Estimates for the S&P 500 communication services, consumer
discretionary and technology sectors have increased since April 1.
Reports from heavily weighted megacaps are expected to be critical
to the earnings season.
The S&P 500 technology sector index is up 32% so far in 2024,
leading gains among sectors, followed by communication services,
which is up 27%. The S&P 500 is up 17% since Dec. 31.
The S&P 500 index is trading at 21.2 times its estimated earnings
for the next 12 months, well above the index's historic average of
15.7, according to LSEG Datastream.
To be sure, some investors are watching this earnings season to see
whether profit growth from companies outside of the megacap names
may be starting to catch up to the tech-related leaders.

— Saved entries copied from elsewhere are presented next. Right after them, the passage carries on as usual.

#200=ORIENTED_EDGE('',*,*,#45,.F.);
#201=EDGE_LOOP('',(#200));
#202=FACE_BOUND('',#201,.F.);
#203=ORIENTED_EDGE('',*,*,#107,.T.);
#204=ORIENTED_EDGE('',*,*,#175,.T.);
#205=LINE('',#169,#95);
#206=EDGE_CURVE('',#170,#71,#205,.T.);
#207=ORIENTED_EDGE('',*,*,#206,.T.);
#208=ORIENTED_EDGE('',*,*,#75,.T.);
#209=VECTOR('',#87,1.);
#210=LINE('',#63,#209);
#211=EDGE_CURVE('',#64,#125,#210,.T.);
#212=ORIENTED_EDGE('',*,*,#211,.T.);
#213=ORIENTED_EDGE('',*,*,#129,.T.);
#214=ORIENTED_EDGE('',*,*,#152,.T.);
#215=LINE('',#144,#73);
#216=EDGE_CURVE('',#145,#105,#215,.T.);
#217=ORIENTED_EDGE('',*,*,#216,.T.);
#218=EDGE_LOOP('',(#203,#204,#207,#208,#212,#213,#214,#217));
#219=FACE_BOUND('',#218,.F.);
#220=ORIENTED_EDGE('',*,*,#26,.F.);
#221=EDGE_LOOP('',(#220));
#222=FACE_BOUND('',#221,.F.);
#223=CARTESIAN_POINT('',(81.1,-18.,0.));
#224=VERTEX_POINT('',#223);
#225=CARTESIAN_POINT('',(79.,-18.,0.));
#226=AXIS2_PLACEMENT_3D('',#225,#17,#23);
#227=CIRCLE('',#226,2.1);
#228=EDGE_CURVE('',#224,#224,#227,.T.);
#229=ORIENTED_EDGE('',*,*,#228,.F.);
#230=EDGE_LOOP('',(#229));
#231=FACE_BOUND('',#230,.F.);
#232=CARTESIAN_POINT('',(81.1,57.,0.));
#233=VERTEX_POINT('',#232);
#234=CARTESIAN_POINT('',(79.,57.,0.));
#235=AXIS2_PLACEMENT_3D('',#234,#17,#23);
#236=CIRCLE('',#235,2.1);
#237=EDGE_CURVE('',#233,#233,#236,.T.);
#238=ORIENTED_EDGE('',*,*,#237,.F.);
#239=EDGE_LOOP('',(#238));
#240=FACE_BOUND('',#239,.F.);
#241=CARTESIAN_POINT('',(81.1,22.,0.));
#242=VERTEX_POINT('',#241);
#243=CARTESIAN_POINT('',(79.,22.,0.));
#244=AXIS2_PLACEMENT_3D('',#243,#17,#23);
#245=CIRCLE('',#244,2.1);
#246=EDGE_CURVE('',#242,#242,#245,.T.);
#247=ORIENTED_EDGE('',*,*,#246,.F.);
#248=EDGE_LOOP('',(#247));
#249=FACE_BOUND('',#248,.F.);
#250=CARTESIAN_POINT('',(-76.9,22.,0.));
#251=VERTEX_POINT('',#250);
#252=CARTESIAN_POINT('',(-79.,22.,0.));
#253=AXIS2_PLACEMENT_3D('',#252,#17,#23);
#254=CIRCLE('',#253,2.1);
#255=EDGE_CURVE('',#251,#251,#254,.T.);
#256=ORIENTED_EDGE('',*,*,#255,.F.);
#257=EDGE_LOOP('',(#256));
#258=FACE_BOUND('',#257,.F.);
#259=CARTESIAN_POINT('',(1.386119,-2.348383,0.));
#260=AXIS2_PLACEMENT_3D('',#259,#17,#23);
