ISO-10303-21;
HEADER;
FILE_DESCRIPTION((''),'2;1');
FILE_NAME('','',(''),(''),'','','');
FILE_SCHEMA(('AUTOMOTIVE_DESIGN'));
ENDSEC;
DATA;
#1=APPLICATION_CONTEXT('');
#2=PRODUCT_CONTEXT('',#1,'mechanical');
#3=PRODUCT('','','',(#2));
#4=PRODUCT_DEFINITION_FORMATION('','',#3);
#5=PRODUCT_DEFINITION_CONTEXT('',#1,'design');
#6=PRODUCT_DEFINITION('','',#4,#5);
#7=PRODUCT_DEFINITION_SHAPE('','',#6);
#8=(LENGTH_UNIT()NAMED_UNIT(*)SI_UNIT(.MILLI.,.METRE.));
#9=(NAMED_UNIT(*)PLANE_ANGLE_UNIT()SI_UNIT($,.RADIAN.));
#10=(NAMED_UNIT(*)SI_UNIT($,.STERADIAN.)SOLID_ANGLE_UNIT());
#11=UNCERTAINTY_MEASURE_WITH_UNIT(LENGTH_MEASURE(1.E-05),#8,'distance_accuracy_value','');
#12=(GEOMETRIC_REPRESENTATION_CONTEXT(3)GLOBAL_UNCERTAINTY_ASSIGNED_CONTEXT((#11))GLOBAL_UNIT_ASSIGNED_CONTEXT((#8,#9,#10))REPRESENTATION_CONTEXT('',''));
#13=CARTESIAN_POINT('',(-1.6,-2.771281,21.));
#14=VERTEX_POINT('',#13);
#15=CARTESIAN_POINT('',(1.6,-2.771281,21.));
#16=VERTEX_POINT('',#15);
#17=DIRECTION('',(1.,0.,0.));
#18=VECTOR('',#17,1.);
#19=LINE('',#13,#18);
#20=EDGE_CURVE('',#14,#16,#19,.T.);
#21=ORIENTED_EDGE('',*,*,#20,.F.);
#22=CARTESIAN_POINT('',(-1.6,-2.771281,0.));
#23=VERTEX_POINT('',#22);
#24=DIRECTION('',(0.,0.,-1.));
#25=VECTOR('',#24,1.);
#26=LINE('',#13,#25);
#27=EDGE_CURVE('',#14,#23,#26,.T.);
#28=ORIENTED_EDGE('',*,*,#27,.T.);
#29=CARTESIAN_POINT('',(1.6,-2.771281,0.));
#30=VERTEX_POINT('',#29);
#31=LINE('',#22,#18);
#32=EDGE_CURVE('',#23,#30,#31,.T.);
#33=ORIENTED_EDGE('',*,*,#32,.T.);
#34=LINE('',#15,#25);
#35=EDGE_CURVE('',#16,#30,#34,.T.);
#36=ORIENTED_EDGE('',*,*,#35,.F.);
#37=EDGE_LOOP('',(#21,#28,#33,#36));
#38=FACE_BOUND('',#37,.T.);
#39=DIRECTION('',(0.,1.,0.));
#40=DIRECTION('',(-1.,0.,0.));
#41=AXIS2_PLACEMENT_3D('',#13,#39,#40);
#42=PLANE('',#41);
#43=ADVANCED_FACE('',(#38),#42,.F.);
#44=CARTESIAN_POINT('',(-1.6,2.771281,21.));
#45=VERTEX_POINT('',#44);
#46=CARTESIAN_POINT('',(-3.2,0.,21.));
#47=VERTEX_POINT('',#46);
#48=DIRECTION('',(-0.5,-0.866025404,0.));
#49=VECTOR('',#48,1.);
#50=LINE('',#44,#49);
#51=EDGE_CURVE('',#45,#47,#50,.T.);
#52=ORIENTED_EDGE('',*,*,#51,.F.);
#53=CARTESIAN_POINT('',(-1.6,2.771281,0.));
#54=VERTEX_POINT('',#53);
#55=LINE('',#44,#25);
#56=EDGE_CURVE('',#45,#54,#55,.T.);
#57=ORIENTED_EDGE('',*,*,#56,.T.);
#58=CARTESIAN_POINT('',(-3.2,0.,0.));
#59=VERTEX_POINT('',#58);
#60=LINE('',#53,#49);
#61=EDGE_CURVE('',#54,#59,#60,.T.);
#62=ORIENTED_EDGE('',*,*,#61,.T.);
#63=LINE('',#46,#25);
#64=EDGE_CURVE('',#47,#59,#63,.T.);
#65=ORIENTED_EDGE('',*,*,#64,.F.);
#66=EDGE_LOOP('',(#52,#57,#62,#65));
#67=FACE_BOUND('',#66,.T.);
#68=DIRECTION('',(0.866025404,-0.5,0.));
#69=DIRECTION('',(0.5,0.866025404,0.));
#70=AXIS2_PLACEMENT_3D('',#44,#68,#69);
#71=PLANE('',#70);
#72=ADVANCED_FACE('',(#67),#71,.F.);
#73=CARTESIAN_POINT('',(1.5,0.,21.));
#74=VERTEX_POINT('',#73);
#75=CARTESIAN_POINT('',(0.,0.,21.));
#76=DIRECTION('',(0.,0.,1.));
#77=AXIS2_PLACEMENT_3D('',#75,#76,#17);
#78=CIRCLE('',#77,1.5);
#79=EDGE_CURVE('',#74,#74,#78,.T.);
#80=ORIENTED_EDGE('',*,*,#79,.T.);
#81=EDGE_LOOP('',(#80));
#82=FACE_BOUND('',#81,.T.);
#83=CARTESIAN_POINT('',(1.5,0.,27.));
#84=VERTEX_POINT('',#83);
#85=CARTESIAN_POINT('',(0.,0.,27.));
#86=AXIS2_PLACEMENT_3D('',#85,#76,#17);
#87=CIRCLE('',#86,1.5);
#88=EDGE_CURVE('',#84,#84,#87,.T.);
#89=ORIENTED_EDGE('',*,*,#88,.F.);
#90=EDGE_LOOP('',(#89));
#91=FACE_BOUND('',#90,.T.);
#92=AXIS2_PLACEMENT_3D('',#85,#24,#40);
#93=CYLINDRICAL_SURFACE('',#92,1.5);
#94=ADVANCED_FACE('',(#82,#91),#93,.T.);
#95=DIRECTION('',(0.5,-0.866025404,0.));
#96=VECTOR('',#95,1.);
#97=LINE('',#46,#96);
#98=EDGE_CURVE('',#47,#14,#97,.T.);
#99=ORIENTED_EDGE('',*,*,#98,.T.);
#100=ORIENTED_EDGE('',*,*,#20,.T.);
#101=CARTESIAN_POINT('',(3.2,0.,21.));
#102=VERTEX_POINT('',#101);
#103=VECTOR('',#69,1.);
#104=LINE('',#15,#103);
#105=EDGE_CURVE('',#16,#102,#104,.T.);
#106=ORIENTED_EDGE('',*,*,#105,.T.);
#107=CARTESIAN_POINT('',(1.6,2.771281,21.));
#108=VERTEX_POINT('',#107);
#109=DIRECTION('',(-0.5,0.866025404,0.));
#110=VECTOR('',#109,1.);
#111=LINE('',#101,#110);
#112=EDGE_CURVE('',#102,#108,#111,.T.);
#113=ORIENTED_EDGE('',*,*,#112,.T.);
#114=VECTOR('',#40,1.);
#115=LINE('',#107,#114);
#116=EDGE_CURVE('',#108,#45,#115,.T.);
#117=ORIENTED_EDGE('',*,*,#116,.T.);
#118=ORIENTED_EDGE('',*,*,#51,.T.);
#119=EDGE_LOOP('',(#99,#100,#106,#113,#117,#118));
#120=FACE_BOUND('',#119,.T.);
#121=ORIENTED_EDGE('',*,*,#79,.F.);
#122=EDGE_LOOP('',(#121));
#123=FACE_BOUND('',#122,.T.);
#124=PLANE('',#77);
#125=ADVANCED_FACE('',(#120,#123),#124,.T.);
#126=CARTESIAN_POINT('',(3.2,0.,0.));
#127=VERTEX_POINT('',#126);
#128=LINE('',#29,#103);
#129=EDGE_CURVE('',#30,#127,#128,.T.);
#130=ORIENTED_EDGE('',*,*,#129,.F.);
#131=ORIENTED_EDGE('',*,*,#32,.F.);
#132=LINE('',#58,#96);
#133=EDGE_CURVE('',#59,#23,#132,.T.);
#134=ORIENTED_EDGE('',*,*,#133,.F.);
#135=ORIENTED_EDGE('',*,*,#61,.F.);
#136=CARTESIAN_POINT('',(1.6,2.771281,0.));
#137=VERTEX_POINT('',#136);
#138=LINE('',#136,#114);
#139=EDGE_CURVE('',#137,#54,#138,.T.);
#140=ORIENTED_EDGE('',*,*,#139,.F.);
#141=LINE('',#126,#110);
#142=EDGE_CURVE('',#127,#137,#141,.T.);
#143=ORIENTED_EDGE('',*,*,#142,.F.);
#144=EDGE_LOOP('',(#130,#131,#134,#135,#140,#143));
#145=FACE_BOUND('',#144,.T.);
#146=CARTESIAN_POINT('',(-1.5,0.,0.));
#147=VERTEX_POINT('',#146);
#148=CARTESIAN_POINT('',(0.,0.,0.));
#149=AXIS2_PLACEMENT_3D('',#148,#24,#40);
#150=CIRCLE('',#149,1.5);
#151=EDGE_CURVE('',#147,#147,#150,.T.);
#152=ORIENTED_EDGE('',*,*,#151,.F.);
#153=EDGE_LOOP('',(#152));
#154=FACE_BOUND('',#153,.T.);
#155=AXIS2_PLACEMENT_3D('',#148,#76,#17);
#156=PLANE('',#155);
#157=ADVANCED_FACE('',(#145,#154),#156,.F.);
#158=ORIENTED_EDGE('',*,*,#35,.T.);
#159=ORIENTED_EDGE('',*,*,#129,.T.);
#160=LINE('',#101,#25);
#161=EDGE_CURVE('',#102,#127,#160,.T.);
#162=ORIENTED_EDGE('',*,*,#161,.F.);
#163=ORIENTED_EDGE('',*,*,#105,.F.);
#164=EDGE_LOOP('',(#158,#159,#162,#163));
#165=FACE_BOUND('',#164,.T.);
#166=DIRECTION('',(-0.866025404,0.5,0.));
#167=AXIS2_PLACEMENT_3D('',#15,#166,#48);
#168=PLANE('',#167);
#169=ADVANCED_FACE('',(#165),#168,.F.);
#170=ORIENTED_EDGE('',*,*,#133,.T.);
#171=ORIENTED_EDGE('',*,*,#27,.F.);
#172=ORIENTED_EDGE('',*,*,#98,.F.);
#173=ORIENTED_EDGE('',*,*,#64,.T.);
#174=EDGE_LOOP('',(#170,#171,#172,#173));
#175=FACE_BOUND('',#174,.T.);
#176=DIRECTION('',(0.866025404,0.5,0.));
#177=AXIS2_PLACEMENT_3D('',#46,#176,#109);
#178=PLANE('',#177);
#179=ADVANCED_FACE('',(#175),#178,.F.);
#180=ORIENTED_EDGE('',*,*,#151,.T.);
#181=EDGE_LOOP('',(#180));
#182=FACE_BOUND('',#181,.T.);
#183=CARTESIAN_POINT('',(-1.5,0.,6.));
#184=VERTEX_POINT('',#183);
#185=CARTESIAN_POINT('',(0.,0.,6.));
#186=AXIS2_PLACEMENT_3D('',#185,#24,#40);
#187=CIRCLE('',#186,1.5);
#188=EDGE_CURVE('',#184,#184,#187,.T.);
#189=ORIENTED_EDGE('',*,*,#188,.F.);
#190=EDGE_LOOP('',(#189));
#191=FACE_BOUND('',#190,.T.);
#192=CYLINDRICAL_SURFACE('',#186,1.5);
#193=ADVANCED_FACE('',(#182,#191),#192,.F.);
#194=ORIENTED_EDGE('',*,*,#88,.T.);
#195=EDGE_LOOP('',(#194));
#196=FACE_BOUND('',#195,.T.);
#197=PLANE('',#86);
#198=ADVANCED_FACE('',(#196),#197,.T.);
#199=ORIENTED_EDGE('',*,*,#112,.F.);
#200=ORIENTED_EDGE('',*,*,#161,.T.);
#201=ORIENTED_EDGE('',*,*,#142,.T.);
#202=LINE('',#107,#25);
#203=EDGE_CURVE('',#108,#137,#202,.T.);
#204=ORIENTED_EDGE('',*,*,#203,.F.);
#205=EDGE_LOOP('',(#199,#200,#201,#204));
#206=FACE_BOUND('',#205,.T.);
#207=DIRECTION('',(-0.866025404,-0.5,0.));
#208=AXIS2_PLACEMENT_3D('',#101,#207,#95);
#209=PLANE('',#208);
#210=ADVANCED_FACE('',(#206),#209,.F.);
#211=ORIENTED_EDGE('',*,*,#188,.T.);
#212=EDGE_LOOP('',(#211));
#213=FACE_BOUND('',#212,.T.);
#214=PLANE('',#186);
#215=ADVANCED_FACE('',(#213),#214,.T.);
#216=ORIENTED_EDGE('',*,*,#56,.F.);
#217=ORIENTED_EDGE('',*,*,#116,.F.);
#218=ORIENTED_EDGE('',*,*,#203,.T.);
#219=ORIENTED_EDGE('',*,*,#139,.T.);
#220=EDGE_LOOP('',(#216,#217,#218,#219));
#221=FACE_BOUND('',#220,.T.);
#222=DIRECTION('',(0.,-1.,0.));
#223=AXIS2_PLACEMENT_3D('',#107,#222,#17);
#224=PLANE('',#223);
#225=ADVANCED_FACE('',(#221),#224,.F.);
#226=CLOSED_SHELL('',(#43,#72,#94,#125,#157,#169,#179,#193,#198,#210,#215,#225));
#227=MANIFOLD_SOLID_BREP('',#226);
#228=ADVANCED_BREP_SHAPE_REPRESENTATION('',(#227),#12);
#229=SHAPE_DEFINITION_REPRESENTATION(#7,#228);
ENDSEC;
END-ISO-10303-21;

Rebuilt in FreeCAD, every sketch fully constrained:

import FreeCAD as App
import Part
import Sketcher

V = App.Vector
Q = App.Units.Quantity

doc = App.newDocument("Part")
body = doc.addObject("PartDesign::Body", "Body")

sketch1 = body.newObject("Sketcher::SketchObject", "Sketch")
sketch1.AttachmentSupport = (doc.getObject("XY_Plane"), [""])
sketch1.MapMode = "FlatFace"
sketch1.addGeometry([
    Part.LineSegment(V(1.6, 2.8, 0), V(-1.6, 2.8, 0)),
    Part.LineSegment(V(-1.6, 2.8, 0), V(-3.2, 0, 0)),
    Part.LineSegment(V(-3.2, 0, 0), V(-1.6, -2.8, 0)),
    Part.LineSegment(V(-1.6, -2.8, 0), V(1.6, -2.8, 0)),
    Part.LineSegment(V(1.6, -2.8, 0), V(3.2, 0, 0)),
    Part.LineSegment(V(3.2, 0, 0), V(1.6, 2.8, 0)),
], False)
sketch1.addConstraint([
    Sketcher.Constraint("Coincident", 0, 2, 1, 1),
    Sketcher.Constraint("Coincident", 1, 2, 2, 1),
    Sketcher.Constraint("Coincident", 2, 2, 3, 1),
    Sketcher.Constraint("Coincident", 3, 2, 4, 1),
    Sketcher.Constraint("Coincident", 4, 2, 5, 1),
    Sketcher.Constraint("Coincident", 5, 2, 0, 1),
    Sketcher.Constraint("Horizontal", 0),
    Sketcher.Constraint("Horizontal", 3),
    Sketcher.Constraint("Symmetric", 0, 2, 3, 2, -1, 1),
    Sketcher.Constraint("Symmetric", 1, 2, 4, 2, -1, 1),
    Sketcher.Constraint("PointOnObject", 1, 2, -1),
    Sketcher.Constraint("Parallel", 2, 5),
    Sketcher.Constraint("Vertical", 0, 2, 2, 2),
    Sketcher.Constraint("Angle", 1, Q("-120 deg")),
    Sketcher.Constraint("DistanceX", 0, 2, 0, 1, 3.2),
    Sketcher.Constraint("Distance", 1, 3.2),
])
pad1 = body.newObject("PartDesign::Pad", "Pad")
pad1.Profile = sketch1
pad1.Length = 21

sketch2 = body.newObject("Sketcher::SketchObject", "Sketch001")
sketch2.AttachmentSupport = (doc.getObject("XY_Plane"), [""])
sketch2.MapMode = "FlatFace"
sketch2.addGeometry(Part.Circle(V(0, 0, 0), V(0, 0, 1), 1.5), False)
sketch2.addConstraint([
    Sketcher.Constraint("Coincident", 0, 3, -1, 1),
    Sketcher.Constraint("Diameter", 0, 3.0),
])
pocket1 = body.newObject("PartDesign::Pocket", "Pocket")
pocket1.Profile = sketch2
pocket1.Length = 6
pocket1.Reversed = True

sketch3 = body.newObject("Sketcher::SketchObject", "Sketch002")
sketch3.AttachmentSupport = (doc.getObject("XY_Plane"), [""])
sketch3.MapMode = "FlatFace"
sketch3.AttachmentOffset = App.Placement(V(0, 0, 21), App.Rotation())
sketch3.addGeometry(Part.Circle(V(0, 0, 0), V(0, 0, 1), 1.5), False)
sketch3.addConstraint([
    Sketcher.Constraint("Coincident", 0, 3, -1, 1),
    Sketcher.Constraint("Diameter", 0, 3.0),
])
pad2 = body.newObject("PartDesign::Pad", "Pad001")
pad2.Profile = sketch3
pad2.Length = 6

doc.recompute()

"The sectors that have been given up for dead, like energy and
financials, will start to have much better year-over-year
comparisons, and we think it's a reasonable bet that we will see a
broadening out of this rally," said Phil Orlando, chief equity
market strategist at Federated Hermes.
One other key focus this earnings period could be whether consumer
demand is holding up.
Also supporting stocks have been investor expectations that the
economy has cooled enough to allow the U.S. Federal Reserve to start
cutting interest rates this year.
Second-quarter estimates may have held up partly because of consumer
demand, said Oliver Pursche, senior vice president, advisor for
Wealthspire Advisors in Westport, Connecticut.
"A lot of investors and analysts had expected a deeper slowdown in
consumer spending, and that has not materialized," Pursche said.